The authors base their analysis on a series of documents they say reveal wide differences between the public and private Ickes. They are fascinated with his relationship with his first wife Anna and it runs throughout the book. Also some incidents Ickes describes about his mother. That he is a complicated and difficult man is without question. That he should be written about in this way is questionable.
On the other hand, No Sacrifice Too Great, the Lewis Strauss biography by Richard Pfau, an associate professor and dean at the University of Miami, is a straightforward, well-written, well-researched biography of the controversial man who held center stage in the development of U.S. nuclear policy.
Strauss (pronounced "straws") never had more than a high school education, but as a young man signed on with Herbert Hoover when Hoover was organizing his European relief efforts during World War I. This led to a stint in Europe, a career as an investment banker in which he made a fortune off the 1920s economic boom, a commission as a rear admiral in the Navy and finally, after World War II, a long stint on the Atomic Energy Commission, concluding with a five- year term as chairman.
Strauss was the AEC hardliner who often found himself in a minority of one.

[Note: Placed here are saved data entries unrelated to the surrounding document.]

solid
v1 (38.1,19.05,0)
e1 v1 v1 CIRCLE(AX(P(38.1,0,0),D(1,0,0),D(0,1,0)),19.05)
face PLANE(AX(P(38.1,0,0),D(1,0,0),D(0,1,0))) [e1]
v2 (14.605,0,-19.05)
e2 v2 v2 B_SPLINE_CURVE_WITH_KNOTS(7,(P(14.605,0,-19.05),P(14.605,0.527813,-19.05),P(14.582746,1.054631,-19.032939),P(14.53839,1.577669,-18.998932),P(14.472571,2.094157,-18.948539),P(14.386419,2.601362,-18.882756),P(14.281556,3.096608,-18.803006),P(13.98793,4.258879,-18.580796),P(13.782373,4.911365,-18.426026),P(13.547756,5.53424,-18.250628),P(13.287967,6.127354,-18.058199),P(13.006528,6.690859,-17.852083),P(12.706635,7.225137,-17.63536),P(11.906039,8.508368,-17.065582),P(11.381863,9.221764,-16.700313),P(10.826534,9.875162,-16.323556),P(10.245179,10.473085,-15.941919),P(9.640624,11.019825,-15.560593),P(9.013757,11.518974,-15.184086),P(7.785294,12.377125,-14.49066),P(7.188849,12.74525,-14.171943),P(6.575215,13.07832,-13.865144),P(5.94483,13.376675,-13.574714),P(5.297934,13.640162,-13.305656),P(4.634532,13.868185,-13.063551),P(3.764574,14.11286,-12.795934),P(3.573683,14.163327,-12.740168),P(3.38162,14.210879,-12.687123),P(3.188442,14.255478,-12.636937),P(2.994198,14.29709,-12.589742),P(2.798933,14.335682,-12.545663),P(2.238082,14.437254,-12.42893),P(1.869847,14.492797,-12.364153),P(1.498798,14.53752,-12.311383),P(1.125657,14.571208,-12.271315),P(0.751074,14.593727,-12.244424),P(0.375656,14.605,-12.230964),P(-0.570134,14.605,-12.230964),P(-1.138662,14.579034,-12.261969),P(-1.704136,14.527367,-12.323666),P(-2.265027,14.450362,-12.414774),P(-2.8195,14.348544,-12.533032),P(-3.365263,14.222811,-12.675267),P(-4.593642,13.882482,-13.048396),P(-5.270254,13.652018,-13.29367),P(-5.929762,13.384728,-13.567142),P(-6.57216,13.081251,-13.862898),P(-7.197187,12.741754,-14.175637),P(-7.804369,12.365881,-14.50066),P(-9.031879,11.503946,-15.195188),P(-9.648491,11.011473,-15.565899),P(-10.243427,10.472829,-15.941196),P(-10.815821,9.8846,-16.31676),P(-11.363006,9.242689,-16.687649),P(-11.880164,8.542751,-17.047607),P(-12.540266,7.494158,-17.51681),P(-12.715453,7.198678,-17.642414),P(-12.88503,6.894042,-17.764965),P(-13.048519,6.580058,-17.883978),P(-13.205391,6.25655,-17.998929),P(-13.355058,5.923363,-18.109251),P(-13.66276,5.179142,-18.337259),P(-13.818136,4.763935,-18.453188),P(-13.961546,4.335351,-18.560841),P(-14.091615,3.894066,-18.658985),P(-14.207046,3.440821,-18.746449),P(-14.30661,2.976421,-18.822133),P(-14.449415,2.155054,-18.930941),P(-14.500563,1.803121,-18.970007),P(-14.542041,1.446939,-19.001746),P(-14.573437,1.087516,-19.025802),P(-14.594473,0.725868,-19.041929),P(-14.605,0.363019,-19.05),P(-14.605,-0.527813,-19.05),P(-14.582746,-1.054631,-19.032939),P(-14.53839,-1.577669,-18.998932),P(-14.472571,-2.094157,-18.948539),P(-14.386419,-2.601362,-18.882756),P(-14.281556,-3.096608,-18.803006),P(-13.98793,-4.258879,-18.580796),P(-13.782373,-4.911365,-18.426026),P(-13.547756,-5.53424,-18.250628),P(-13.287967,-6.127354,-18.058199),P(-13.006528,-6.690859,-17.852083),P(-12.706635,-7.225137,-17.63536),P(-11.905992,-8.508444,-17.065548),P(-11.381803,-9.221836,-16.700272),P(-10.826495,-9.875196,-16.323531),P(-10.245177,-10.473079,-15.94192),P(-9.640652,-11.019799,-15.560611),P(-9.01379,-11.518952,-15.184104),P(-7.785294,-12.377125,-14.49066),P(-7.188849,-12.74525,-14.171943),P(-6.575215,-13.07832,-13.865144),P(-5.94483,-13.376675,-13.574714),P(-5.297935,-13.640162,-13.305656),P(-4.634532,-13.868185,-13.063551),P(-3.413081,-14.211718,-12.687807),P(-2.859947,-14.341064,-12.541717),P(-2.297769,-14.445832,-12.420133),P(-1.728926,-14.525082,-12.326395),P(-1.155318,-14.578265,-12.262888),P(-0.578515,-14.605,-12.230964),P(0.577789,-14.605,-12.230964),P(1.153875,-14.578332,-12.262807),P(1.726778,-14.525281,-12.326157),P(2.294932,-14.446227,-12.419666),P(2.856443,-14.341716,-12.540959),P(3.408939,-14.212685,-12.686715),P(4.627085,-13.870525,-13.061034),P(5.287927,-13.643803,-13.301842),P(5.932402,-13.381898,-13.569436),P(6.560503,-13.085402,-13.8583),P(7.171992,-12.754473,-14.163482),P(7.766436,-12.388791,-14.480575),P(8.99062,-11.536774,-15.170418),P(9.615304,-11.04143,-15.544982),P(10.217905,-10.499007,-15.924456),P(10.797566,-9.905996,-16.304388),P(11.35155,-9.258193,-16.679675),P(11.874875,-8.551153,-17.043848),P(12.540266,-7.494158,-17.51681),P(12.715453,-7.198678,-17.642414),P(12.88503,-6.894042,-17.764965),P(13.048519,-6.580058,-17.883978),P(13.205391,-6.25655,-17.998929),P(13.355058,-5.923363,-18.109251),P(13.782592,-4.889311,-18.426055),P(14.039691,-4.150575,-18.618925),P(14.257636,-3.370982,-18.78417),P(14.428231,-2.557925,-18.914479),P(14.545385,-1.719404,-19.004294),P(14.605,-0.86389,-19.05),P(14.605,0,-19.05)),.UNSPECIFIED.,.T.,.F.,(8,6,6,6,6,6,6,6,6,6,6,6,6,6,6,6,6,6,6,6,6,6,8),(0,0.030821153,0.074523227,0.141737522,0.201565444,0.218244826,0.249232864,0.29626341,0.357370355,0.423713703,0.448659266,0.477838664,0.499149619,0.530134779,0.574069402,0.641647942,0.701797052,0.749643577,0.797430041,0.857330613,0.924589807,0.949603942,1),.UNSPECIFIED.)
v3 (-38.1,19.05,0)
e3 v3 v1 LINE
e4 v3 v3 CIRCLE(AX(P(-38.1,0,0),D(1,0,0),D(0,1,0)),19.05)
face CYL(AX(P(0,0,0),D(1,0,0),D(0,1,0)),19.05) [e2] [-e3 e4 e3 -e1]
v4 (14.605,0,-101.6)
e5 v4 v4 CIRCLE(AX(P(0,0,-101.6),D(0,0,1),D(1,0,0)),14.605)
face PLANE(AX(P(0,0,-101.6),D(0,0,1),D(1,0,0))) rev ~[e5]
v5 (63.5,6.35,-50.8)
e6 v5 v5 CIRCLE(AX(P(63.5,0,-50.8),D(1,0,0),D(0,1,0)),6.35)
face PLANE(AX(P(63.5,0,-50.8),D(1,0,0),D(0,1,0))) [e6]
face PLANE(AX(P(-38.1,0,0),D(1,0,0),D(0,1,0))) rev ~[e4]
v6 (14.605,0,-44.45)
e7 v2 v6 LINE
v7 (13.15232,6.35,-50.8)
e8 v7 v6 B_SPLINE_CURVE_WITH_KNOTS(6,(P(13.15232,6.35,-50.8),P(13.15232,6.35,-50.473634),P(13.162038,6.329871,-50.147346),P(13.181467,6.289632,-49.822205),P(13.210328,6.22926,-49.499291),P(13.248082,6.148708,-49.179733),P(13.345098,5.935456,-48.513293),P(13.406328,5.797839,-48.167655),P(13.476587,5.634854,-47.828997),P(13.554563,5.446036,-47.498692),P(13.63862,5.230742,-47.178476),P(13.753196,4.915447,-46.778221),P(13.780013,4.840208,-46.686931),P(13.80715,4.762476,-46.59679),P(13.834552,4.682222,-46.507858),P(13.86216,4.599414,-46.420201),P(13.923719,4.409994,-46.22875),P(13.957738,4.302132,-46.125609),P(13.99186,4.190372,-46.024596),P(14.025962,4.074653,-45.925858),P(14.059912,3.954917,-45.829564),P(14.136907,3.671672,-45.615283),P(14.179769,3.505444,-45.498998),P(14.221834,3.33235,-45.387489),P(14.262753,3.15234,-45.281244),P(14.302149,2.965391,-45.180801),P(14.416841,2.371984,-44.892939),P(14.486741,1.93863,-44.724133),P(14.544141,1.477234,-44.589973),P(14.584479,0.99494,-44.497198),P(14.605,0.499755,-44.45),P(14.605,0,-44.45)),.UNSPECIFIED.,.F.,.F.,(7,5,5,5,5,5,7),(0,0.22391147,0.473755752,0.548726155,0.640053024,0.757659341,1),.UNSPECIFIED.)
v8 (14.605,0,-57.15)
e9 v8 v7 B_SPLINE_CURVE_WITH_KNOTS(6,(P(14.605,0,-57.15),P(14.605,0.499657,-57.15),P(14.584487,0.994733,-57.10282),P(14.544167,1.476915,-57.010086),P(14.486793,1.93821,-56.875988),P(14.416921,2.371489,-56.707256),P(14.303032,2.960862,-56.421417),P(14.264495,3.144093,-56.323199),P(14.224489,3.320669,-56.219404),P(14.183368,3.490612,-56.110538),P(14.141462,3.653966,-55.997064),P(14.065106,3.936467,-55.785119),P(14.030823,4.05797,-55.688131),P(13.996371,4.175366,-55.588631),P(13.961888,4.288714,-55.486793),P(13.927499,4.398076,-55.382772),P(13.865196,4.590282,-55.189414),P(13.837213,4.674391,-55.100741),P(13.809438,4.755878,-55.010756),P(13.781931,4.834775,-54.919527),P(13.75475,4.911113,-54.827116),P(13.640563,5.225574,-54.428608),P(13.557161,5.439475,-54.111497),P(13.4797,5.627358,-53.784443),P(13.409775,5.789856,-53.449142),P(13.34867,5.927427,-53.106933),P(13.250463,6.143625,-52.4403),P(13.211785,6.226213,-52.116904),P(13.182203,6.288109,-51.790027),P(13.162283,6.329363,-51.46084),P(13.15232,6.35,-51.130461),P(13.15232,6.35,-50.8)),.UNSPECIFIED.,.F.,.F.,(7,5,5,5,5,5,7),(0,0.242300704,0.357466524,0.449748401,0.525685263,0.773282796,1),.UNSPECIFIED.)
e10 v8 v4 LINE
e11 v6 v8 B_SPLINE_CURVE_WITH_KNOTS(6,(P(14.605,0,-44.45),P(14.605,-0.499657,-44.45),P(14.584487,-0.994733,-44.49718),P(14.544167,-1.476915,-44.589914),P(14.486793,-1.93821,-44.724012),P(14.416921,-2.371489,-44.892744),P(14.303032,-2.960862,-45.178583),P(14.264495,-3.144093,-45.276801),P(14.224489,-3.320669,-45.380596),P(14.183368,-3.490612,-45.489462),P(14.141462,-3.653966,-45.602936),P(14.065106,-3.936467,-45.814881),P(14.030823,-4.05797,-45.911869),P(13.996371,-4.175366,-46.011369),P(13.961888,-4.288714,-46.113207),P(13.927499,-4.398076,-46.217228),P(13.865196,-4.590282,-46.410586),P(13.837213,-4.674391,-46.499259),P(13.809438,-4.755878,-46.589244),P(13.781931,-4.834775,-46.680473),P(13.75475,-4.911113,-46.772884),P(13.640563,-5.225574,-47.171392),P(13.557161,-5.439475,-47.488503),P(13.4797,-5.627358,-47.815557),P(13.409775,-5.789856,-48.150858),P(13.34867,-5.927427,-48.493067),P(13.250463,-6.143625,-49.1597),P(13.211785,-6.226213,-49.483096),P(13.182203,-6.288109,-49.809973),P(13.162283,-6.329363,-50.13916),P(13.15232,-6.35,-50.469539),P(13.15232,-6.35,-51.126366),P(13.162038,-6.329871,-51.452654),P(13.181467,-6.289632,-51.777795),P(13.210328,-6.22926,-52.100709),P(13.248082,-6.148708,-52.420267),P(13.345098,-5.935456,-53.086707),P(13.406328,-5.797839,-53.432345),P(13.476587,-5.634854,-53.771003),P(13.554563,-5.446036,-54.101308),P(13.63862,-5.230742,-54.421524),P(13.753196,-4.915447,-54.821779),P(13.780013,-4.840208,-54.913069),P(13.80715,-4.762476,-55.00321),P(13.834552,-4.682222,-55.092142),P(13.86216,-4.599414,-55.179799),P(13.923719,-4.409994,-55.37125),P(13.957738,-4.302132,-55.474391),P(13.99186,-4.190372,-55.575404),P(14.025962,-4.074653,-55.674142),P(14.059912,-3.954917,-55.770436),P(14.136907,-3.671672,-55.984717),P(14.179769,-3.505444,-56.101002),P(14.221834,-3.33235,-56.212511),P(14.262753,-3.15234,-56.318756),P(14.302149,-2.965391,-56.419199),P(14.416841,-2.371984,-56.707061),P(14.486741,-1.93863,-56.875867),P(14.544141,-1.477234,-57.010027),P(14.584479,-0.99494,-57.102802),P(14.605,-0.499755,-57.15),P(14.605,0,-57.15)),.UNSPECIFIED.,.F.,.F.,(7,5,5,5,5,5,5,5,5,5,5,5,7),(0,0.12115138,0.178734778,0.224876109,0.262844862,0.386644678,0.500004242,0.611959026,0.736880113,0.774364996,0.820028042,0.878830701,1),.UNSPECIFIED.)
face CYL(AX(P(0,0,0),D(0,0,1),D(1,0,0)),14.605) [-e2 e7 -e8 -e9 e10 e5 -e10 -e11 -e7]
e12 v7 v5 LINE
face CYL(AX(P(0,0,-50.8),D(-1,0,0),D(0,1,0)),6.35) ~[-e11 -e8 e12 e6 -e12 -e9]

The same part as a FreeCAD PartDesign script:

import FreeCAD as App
import Part
import Sketcher
from FreeCAD import Vector
Q = App.Units.Quantity

doc = App.newDocument("Part")
body = doc.addObject("PartDesign::Body", "Body")

sketch1 = body.newObject("Sketcher::SketchObject", "Sketch")
sketch1.AttachmentSupport = (doc.getObject("YZ_Plane"), [""])
sketch1.MapMode = "FlatFace"
sketch1.addGeometry(Part.Circle(Vector(0, 0, 0), Vector(0, 0, 1), 19.05), False)
sketch1.addConstraint([
    Sketcher.Constraint("Coincident", 0, 3, -1, 1),
    Sketcher.Constraint("Diameter", 0, Q("1.5 in")),
])
pad1 = body.newObject("PartDesign::Pad", "Pad")
pad1.Profile = sketch1
pad1.Length = Q("3 in")
pad1.Midplane = True

sketch2 = body.newObject("Sketcher::SketchObject", "Sketch001")
sketch2.AttachmentSupport = (doc.getObject("XY_Plane"), [""])
sketch2.MapMode = "FlatFace"
sketch2.addGeometry(Part.Circle(Vector(0, 0, 0), Vector(0, 0, 1), 14.605), False)
sketch2.addConstraint([
    Sketcher.Constraint("Coincident", 0, 3, -1, 1),
    Sketcher.Constraint("Diameter", 0, Q("1.15 in")),
])
pad2 = body.newObject("PartDesign::Pad", "Pad001")
pad2.Profile = sketch2
pad2.Length = Q("4 in")
pad2.Reversed = True

sketch3 = body.newObject("Sketcher::SketchObject", "Sketch002")
sketch3.AttachmentSupport = (doc.getObject("YZ_Plane"), [""])
sketch3.MapMode = "FlatFace"
sketch3.addGeometry(Part.Circle(Vector(0, -50.8, 0), Vector(0, 0, 1), 6.35), False)
sketch3.addConstraint([
    Sketcher.Constraint("PointOnObject", 0, 3, -2),
    Sketcher.Constraint("Diameter", 0, Q("0.5 in")),
    Sketcher.Constraint("DistanceY", 0, 3, -1, 1, Q("2 in")),
])
pad3 = body.newObject("PartDesign::Pad", "Pad002")
pad3.Profile = sketch3
pad3.Length = Q("2.5 in")

doc.recompute()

Rigidly anti-communist and suspicious of anyone who did not agree with that position, he fought vigorously and successfully inside the government to force development of the hydrogen bomb, the so-called "superbomb." He pushed a program that allowed the United States to detect that the Soviet Union had developed atomic capability.
And throughout his career at the AEC, he was at war with Oppenheimer, whom he believed was an agent of the Russians. In his pursuit of Oppenheimer, he employed the use of the FBI, put the Princeton physicist under full surveillance and tapped his telephone. Eventually he broke Oppenheimer -- and paid dearly for it.

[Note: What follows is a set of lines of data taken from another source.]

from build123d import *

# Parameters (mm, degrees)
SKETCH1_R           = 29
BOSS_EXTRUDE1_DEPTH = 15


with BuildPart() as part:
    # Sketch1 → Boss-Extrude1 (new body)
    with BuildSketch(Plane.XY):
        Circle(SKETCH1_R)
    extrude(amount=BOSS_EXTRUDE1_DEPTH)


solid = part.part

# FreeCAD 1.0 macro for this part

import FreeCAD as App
import Part
import Sketcher
from FreeCAD import Vector
Q = App.Units.Quantity

doc = App.newDocument("Part")
body = doc.addObject("PartDesign::Body", "Body")

# Sketch on XY plane
sketch1 = body.newObject("Sketcher::SketchObject", "Sketch")
sketch1.AttachmentSupport = (doc.getObject("XY_Plane"), [""])
sketch1.MapMode = "FlatFace"
sketch1.addGeometry(Part.Circle(Vector(0, 0, 0), Vector(0, 0, 1), 29), False)
sketch1.addConstraint([
    Sketcher.Constraint("Coincident", 0, 3, -1, 1),
    Sketcher.Constraint("Diameter", 0, Q("58 mm")),
])
pad1 = body.newObject("PartDesign::Pad", "Pad")
pad1.Profile = sketch1
pad1.Length = 15

doc.recompute()
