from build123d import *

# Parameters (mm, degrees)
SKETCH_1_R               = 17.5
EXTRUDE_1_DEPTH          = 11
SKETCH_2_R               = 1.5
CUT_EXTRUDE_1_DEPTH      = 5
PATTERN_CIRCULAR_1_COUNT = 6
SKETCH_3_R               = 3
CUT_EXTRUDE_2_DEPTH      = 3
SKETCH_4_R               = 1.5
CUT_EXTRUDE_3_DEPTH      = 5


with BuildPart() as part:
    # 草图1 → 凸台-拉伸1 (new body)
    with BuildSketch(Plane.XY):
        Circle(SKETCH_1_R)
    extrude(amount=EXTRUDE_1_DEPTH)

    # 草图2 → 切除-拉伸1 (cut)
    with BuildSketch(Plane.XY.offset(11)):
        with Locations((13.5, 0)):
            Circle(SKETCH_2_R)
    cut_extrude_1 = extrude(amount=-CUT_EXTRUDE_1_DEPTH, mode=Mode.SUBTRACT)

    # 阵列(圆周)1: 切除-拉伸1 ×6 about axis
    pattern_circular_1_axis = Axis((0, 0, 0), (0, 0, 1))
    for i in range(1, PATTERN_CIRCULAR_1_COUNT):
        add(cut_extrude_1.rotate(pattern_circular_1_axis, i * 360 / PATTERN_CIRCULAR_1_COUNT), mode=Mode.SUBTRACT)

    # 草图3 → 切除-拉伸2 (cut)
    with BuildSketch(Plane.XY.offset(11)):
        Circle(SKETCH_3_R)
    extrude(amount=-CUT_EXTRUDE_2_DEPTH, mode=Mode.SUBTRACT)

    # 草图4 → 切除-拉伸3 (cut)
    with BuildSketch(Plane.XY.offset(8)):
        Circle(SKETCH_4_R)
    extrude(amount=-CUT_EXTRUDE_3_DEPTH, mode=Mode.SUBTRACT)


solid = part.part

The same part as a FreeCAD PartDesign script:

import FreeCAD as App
import Part
import Sketcher

V = App.Vector
Q = App.Units.Quantity

doc = App.newDocument("Part")
body = doc.addObject("PartDesign::Body", "Body")

sketch1 = doc.addObject("Sketcher::SketchObject", "Sketch")
body.addObject(sketch1)
sketch1.AttachmentSupport = (doc.XY_Plane, [""])
sketch1.MapMode = "FlatFace"
sketch1.addGeometry(Part.Circle(V(0, 0, 0), V(0, 0, 1), 18), False)
sketch1.addConstraint([
    Sketcher.Constraint("Coincident", 0, 3, -1, 1),
    Sketcher.Constraint("Diameter", 0, Q("35 mm")),
])
pad1 = doc.addObject("PartDesign::Pad", "Pad")
body.addObject(pad1)
pad1.Profile = sketch1
pad1.Length = 11

sketch2 = doc.addObject("Sketcher::SketchObject", "Sketch001")
body.addObject(sketch2)
sketch2.AttachmentSupport = (doc.XY_Plane, [""])
sketch2.MapMode = "FlatFace"
sketch2.AttachmentOffset = App.Placement(V(0, 0, 11), App.Rotation())
sketch2.addGeometry(Part.Circle(V(13.5, 0, 0), V(0, 0, 1), 1.5), False)
sketch2.addConstraint([
    Sketcher.Constraint("PointOnObject", 0, 3, -1),
    Sketcher.Constraint("Diameter", 0, Q("3 mm")),
    Sketcher.Constraint("DistanceX", -1, 1, 0, 3, Q("13.5 mm")),
])
pocket1 = doc.addObject("PartDesign::Pocket", "Pocket")
body.addObject(pocket1)
pocket1.Profile = sketch2
pocket1.Length = 5
doc.recompute()

polarpattern = doc.addObject("PartDesign::PolarPattern", "PolarPattern")
body.addObject(polarpattern)
polarpattern.Originals = [pocket1]
polarpattern.Axis = (doc.Z_Axis, [""])
polarpattern.Angle = 360
polarpattern.Occurrences = 6
body.Tip = polarpattern

sketch3 = doc.addObject("Sketcher::SketchObject", "Sketch002")
body.addObject(sketch3)
sketch3.AttachmentSupport = (doc.XY_Plane, [""])
sketch3.MapMode = "FlatFace"
sketch3.AttachmentOffset = App.Placement(V(0, 0, 11), App.Rotation())
sketch3.addGeometry(Part.Circle(V(0, 0, 0), V(0, 0, 1), 3), False)
sketch3.addConstraint([
    Sketcher.Constraint("Coincident", 0, 3, -1, 1),
    Sketcher.Constraint("Diameter", 0, Q("6 mm")),
])
pocket2 = doc.addObject("PartDesign::Pocket", "Pocket001")
body.addObject(pocket2)
pocket2.Profile = sketch3
pocket2.Length = 3

sketch4 = doc.addObject("Sketcher::SketchObject", "Sketch003")
body.addObject(sketch4)
sketch4.AttachmentSupport = (doc.XY_Plane, [""])
sketch4.MapMode = "FlatFace"
sketch4.AttachmentOffset = App.Placement(V(0, 0, 8), App.Rotation())
sketch4.addGeometry(Part.Circle(V(0, 0, 0), V(0, 0, 1), 1.5), False)
sketch4.addConstraint([
    Sketcher.Constraint("Coincident", 0, 3, -1, 1),
    Sketcher.Constraint("Diameter", 0, Q("3 mm")),
])
pocket3 = doc.addObject("PartDesign::Pocket", "Pocket002")
body.addObject(pocket3)
pocket3.Profile = sketch4
pocket3.Length = 5

doc.recompute()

Uncompromising, arrogant, totally self- confident, Strauss was done in by his own hubris when Eisenhower tried to make him secretary of commerce as the crowning achievement of his career. Caught in a lie in his confirmation hearings and the victim of a partisan power play, Strauss was rejected by the Senate in June 1959 by three votes.
"Under the pressure of an inquisition which resembled the review of Oppenheimer's behavior five years before, Strauss failed to demonstrate convincingly those two attributes that so admirably suited him to be secretary of commerce -- his character and integrity," Pfau writes. Then quoting Strauss' brother, he adds, "He never got over it."